### Dataset records

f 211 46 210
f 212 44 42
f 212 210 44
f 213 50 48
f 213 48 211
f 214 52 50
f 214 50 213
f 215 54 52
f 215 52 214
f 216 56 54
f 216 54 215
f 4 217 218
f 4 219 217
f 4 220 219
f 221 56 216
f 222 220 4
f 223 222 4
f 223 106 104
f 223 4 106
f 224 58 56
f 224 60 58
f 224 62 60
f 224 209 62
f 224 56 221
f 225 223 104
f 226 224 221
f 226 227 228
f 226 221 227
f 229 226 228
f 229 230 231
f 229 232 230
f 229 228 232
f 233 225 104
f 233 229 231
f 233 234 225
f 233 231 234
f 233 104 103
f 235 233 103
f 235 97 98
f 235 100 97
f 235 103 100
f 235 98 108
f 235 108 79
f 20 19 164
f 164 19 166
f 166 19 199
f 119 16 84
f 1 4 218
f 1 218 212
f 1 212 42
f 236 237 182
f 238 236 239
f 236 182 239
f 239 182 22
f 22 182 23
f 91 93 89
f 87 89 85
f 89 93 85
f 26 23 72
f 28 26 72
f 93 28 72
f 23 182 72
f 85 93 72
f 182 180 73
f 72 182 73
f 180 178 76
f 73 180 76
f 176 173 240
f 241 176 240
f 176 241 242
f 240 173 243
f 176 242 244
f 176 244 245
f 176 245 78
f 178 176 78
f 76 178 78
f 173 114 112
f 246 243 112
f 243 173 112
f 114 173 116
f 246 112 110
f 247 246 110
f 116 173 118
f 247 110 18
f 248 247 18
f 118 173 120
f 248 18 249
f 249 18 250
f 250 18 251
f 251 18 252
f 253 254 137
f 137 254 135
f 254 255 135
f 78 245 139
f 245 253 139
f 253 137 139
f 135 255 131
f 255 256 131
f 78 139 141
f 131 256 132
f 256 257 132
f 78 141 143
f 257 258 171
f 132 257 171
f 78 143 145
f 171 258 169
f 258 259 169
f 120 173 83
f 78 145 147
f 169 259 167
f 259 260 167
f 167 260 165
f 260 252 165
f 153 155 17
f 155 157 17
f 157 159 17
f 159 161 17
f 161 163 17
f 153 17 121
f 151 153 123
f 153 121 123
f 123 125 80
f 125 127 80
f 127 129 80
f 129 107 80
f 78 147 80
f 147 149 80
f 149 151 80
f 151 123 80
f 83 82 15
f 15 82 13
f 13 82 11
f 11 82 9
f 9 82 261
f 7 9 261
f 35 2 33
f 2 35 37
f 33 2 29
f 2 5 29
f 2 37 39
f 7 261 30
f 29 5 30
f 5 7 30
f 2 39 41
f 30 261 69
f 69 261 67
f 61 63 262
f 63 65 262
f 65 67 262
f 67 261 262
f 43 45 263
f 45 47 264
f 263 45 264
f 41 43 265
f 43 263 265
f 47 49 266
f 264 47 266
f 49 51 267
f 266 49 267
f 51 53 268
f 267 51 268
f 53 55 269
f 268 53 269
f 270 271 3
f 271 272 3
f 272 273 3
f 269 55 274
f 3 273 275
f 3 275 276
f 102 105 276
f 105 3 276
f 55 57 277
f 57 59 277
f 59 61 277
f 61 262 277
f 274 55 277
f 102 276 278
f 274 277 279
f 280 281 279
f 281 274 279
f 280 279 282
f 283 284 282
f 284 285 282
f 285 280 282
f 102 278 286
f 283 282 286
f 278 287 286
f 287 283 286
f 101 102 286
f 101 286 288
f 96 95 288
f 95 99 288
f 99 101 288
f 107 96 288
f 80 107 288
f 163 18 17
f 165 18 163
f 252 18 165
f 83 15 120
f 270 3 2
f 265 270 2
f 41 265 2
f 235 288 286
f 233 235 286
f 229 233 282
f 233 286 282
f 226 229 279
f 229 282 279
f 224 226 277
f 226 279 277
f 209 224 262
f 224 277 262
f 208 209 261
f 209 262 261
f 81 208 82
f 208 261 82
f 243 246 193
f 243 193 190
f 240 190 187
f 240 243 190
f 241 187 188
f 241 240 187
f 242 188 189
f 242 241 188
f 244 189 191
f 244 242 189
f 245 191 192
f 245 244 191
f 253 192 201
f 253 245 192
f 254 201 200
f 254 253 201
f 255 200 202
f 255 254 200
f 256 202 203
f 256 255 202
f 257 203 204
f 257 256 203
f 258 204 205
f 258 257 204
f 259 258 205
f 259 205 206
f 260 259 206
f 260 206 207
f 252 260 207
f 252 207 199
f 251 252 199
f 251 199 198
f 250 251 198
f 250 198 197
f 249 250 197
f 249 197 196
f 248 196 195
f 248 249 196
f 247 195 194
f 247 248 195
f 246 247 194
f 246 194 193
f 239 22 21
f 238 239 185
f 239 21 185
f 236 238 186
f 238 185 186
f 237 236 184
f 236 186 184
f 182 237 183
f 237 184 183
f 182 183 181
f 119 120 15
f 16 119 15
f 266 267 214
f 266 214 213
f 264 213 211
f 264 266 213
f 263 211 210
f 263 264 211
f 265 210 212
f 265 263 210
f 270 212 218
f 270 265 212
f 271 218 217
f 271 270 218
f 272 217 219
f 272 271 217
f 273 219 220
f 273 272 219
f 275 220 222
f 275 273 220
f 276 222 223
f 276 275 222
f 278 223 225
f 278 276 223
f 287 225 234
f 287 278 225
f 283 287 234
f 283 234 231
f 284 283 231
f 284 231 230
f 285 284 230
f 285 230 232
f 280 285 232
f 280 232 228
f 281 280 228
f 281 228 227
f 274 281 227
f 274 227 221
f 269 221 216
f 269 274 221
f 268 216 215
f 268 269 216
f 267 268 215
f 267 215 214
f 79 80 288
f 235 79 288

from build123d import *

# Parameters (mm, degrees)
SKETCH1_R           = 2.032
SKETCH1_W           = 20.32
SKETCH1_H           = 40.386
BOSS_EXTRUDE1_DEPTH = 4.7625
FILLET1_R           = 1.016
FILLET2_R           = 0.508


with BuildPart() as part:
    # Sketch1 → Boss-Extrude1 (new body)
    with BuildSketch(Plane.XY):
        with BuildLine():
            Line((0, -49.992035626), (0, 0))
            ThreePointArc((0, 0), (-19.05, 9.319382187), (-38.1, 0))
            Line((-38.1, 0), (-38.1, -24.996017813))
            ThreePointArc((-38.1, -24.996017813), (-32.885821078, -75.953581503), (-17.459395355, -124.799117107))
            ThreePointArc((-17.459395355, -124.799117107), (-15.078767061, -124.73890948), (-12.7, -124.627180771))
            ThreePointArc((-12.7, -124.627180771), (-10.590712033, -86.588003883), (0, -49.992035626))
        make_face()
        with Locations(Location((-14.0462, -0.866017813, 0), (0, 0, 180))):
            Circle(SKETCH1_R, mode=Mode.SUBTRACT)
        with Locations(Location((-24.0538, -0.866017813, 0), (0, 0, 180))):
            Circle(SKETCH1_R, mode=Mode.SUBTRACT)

######

■ Instructions for the task:
Each line in the data that holds the string "with" must be returned.

■ Solution:
with BuildPart() as part:
    with BuildSketch(Plane.XY):
        with BuildLine():
        with Locations(Location((-14.0462, -0.866017813, 0), (0, 0, 180))):
        with Locations(Location((-24.0538, -0.866017813, 0), (0, 0, 180))):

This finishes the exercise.